Sipser 2.42 Let E = {1,#} and Y = { w | w = t1#t2# ...... #tk for k ≥ 0, each ti ∈ 1*, and ti ≠ tj whenever i ≠ j}. Prove that Y is not context free.

2.42

Let E = {1,#} and Y = { w | w = t₁#t₂# ...... #t_k for k ≥ 0, each ti ∈ 1^*, and t_i ≠ t_j whenever i ≠ j}. Prove that Y is not context free.

Solution: 

consider  a string 1^p#1^p+1# ... #1^2p-1#1^2p#1^2p+1# ... #1^3p where p is pumping length.

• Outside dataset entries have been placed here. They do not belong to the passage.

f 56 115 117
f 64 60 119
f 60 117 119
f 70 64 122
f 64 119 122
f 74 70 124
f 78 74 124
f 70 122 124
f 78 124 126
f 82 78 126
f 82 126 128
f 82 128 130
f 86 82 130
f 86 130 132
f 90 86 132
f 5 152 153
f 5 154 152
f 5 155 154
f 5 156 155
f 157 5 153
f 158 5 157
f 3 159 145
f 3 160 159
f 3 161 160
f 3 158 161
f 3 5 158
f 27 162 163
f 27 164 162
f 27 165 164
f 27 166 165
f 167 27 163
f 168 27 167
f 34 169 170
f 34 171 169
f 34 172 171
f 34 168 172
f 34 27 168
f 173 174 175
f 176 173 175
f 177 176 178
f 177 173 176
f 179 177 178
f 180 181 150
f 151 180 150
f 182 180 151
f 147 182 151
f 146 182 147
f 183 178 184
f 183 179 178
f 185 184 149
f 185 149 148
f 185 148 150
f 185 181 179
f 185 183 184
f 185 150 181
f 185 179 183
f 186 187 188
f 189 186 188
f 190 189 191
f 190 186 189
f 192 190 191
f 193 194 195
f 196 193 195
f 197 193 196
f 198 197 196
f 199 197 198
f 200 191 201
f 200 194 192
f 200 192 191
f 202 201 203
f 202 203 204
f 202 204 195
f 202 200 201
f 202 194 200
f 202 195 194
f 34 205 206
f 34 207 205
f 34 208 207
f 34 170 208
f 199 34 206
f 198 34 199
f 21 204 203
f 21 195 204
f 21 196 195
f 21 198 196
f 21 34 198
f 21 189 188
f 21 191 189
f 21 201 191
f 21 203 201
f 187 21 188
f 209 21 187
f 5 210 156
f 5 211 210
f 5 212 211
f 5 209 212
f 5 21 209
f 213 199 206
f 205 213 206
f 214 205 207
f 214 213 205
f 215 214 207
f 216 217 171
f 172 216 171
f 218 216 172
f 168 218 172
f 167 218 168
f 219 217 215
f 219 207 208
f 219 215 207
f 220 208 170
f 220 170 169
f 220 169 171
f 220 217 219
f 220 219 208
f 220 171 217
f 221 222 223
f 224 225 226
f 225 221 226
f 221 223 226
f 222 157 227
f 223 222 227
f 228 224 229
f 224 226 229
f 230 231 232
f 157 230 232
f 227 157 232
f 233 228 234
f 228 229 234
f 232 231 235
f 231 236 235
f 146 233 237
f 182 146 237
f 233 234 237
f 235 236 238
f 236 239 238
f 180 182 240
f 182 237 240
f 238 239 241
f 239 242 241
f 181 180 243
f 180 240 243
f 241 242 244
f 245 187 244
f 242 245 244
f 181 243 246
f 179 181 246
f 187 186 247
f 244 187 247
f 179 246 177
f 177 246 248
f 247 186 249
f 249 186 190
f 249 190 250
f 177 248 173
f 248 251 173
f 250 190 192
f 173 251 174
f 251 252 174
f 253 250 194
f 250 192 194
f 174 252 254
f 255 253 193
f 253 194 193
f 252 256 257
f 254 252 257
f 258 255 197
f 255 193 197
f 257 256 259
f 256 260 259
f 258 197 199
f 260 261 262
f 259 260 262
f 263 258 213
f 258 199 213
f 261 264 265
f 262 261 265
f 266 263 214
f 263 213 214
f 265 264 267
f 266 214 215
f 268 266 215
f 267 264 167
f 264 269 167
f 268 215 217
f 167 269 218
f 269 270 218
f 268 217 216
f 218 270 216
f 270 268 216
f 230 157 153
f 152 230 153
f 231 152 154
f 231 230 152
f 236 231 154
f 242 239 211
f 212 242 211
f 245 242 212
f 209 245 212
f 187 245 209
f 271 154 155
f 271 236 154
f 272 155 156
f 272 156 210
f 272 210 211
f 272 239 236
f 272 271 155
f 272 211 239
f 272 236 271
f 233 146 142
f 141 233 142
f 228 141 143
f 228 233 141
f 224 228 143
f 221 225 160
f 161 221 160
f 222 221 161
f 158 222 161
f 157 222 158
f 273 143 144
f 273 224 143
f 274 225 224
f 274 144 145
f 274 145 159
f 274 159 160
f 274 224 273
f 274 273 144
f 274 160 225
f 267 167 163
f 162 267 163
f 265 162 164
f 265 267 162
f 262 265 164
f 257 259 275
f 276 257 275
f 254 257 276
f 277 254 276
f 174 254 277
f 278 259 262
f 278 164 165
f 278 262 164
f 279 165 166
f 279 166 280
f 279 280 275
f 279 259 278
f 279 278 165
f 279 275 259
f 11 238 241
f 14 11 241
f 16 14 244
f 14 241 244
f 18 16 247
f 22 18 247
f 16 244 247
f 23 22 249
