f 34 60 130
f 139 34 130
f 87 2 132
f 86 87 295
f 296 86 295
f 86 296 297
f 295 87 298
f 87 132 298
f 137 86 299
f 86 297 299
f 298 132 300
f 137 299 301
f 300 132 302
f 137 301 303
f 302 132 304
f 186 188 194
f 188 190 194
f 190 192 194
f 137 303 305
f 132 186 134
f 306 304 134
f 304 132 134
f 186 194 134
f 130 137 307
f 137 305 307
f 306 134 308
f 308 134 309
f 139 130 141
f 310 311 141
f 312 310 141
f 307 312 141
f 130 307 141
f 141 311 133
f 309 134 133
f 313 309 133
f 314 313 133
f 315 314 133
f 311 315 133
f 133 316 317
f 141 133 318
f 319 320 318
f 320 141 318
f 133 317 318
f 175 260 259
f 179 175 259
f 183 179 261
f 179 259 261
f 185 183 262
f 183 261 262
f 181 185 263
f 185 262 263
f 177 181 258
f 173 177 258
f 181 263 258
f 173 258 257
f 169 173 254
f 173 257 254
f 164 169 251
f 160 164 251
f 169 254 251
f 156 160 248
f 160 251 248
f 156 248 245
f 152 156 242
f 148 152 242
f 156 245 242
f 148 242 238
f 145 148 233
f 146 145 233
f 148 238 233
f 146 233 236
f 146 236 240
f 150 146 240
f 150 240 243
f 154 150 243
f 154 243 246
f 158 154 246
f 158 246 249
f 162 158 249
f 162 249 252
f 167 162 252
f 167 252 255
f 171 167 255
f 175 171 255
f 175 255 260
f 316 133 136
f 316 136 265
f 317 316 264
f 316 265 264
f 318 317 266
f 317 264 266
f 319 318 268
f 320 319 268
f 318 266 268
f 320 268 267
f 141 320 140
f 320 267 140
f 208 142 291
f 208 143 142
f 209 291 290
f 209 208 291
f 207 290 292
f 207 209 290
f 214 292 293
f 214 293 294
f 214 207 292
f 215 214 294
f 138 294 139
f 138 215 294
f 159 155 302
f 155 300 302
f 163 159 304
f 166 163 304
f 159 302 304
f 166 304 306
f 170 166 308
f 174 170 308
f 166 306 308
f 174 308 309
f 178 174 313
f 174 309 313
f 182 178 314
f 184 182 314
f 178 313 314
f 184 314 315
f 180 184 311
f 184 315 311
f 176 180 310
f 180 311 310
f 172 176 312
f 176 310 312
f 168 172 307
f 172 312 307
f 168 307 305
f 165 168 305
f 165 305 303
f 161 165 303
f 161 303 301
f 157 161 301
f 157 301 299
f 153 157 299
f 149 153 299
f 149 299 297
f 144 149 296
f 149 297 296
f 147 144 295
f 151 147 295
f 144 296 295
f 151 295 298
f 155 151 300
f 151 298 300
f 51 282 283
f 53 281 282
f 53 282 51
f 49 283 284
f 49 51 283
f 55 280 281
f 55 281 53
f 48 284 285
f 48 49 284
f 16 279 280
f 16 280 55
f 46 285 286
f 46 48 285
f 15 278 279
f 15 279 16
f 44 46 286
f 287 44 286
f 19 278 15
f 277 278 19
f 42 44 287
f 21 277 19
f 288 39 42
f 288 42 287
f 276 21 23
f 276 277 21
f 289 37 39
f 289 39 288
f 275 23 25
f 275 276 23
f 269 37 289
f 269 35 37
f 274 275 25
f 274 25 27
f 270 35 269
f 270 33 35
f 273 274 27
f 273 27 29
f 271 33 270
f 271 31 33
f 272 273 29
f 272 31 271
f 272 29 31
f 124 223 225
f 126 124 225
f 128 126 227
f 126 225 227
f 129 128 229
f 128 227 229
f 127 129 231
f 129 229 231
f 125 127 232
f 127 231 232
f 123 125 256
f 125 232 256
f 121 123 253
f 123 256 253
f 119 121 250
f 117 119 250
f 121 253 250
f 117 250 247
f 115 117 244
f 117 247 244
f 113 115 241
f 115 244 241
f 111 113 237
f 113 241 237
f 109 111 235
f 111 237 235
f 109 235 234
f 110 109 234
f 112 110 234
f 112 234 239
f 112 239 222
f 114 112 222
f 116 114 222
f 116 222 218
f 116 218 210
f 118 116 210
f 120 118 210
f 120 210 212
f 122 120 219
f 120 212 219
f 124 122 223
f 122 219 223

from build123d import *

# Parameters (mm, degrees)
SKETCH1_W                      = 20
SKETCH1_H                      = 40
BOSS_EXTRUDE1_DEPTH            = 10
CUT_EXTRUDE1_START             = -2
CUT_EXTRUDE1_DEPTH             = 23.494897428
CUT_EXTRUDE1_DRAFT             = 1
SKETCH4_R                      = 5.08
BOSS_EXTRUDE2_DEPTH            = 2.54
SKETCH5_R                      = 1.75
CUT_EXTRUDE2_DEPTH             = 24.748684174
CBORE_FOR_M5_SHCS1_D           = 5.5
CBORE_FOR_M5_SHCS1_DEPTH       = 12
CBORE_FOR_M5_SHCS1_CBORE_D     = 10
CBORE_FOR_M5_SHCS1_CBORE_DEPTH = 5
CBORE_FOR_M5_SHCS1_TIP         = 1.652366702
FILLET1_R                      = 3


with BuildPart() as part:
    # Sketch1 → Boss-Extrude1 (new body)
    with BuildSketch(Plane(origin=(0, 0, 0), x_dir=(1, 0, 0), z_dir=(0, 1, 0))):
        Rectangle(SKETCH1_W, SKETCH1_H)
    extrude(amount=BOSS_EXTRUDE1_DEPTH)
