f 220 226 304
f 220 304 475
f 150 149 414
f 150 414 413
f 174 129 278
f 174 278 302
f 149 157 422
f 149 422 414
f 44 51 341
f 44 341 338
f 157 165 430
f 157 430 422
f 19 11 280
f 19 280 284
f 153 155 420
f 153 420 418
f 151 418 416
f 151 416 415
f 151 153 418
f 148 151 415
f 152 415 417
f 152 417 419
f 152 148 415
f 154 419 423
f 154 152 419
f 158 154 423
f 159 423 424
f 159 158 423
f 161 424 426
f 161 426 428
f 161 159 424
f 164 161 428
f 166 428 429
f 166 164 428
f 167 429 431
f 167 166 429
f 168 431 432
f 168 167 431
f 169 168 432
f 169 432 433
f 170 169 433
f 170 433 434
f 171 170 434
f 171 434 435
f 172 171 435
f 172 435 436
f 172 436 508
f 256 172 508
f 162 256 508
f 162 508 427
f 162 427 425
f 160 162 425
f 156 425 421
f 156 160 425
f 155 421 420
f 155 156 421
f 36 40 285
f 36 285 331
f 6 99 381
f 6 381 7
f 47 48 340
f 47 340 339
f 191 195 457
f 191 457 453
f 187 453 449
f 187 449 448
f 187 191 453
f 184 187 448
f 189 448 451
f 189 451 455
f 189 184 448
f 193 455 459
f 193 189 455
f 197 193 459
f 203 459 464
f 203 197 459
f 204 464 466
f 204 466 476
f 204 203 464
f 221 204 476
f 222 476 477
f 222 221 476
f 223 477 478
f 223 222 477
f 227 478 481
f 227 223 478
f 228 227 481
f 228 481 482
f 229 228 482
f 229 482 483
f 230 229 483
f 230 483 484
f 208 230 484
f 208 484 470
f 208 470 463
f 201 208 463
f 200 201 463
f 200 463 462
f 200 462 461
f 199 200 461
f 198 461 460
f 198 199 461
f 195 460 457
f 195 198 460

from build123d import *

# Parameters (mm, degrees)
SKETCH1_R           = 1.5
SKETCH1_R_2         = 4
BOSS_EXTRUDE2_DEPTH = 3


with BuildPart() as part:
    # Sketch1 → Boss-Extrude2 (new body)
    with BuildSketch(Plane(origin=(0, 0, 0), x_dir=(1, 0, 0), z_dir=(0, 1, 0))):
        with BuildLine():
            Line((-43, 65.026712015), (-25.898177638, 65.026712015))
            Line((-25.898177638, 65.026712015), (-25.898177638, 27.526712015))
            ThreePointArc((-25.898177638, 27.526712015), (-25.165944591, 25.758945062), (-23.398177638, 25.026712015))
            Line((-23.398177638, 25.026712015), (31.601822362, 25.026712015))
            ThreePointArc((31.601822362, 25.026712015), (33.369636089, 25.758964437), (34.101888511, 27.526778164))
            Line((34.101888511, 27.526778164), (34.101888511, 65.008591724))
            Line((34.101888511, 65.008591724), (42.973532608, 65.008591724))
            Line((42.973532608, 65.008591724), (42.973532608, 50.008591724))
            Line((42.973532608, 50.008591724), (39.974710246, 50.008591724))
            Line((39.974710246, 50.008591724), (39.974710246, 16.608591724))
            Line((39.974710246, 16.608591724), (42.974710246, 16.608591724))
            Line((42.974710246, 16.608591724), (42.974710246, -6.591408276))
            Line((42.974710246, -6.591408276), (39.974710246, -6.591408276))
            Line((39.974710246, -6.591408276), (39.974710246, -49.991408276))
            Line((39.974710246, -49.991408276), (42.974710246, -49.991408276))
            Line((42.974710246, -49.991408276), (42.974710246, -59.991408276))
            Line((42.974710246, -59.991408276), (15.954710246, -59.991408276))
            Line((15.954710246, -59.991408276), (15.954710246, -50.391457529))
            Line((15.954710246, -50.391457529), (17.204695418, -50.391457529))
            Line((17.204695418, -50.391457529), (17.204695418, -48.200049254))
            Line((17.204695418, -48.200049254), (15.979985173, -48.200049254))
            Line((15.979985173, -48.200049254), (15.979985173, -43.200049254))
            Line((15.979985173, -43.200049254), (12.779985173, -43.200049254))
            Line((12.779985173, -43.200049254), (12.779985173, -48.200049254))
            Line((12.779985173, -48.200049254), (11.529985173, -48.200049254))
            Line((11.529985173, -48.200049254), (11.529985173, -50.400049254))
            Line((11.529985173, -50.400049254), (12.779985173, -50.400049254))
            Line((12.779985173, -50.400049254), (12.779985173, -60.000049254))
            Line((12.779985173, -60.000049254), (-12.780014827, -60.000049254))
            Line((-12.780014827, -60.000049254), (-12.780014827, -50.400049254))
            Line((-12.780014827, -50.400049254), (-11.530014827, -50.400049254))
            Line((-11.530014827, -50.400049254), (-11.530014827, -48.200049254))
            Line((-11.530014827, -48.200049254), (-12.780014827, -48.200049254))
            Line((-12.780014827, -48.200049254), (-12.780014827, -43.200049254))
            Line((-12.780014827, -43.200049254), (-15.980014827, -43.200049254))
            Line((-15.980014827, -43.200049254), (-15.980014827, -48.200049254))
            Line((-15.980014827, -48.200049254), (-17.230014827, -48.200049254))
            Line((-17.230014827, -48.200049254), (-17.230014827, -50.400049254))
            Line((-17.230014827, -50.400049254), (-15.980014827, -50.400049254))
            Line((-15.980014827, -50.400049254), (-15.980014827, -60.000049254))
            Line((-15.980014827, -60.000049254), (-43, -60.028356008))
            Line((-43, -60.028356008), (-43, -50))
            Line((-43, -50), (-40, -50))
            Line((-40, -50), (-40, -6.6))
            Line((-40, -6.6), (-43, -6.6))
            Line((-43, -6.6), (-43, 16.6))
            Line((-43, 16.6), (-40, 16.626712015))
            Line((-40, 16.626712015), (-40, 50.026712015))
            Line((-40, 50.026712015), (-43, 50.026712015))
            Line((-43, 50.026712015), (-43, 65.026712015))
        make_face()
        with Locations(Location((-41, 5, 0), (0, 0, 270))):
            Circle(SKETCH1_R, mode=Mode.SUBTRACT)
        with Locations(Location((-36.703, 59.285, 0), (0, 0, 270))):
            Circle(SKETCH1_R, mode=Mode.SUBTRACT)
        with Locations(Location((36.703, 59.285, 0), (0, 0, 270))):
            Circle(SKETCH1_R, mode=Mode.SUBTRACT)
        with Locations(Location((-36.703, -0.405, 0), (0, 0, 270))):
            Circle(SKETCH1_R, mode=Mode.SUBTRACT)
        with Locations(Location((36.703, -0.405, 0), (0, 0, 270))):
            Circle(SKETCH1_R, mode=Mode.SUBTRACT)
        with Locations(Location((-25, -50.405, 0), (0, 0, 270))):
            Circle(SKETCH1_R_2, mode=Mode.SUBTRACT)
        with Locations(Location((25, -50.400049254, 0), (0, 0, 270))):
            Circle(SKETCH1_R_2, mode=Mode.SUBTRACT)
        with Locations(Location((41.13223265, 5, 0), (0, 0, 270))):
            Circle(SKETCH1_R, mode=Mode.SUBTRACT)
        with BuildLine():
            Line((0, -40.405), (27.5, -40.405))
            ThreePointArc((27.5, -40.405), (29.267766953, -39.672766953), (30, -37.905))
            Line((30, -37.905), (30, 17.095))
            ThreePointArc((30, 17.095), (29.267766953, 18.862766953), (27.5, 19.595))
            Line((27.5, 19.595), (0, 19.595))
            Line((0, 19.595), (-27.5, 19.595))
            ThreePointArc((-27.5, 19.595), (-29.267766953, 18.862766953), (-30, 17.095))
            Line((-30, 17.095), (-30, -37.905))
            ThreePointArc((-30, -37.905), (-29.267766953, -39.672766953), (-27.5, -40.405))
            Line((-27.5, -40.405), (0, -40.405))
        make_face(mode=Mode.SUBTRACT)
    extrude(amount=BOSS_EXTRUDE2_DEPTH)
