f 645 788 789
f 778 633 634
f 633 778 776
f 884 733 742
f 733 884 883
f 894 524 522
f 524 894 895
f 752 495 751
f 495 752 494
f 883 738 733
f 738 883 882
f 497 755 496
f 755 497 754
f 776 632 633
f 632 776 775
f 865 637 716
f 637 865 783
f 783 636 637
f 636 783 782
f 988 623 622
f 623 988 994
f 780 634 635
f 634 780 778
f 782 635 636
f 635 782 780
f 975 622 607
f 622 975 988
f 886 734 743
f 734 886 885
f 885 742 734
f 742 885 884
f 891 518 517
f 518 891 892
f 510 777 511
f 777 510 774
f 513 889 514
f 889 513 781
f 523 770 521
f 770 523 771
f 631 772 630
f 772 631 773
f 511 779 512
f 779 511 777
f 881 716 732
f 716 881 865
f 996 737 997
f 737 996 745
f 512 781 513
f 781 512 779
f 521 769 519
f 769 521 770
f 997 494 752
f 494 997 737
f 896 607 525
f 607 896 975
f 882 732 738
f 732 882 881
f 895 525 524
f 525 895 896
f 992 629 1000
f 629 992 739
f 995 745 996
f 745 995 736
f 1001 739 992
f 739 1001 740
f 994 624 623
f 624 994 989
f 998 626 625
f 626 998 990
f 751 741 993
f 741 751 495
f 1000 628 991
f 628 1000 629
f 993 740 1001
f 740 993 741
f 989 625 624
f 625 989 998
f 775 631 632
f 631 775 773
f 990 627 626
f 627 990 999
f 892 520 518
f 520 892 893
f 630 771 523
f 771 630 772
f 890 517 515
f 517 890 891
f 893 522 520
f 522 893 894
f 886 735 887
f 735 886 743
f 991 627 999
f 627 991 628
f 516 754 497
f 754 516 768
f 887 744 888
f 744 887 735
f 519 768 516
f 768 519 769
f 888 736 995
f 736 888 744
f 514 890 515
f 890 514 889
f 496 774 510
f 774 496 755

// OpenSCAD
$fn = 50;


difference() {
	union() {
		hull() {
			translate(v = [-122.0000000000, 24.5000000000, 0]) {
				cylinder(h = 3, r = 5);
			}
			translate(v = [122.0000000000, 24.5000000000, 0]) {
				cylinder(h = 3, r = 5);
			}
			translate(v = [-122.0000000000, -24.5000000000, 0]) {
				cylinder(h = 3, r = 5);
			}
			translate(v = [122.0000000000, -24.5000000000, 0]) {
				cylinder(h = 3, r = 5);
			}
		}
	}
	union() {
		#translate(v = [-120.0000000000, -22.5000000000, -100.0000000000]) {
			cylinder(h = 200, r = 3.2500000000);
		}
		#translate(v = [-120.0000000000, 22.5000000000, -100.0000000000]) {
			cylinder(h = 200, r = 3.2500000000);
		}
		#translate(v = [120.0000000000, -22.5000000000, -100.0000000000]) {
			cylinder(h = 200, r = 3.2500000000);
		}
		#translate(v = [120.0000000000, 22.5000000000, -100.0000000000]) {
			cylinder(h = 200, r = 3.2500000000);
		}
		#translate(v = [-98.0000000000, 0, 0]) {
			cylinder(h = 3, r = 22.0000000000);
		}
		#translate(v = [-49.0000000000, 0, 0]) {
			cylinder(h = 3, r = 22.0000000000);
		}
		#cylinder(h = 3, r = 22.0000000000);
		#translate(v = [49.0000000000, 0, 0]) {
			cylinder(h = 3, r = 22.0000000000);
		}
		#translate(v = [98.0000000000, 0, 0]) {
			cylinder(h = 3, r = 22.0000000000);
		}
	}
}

While pumping there can be three possibilities :
1. If either v or y has a #. If so, then pump string 3 times.
Let's say hash is in v s.t. v = 1^m#1ⁿ, then v3 will be 1^m#1ⁿ1^m#1ⁿ1^m#1ⁿ = 1^m#1^n+m#1^n+m#1ⁿ. Otherwise # will be in y, which can be shown similarly.
2. If # lies in x,
     a. v lies in 1^j such that j < 2p. if |v| = 1 then pump up it twice, else if |v| > 1 then pump up it once. We must get t_i which will be equal to some t_j.  I have considered to pump twice if |v| = 1 because it may happen that |y| ≠ 0. Think what am I talking.
     b. y lies in 1^j such that j >= 2p. if |y| = 1 then pump down it twice, else if |y| > 1 then pump down it once.
     c. If one of the v and y is empty then pump other up or down once depending on where it lies i.e. 1^j   j is greater than 2p or other way.
3. If both v and y lies in same 1^j, and j ≤ 2p then pump up it once. Else if j > 2p then pump down it once.

I might not have explained properly, but think. You must get it.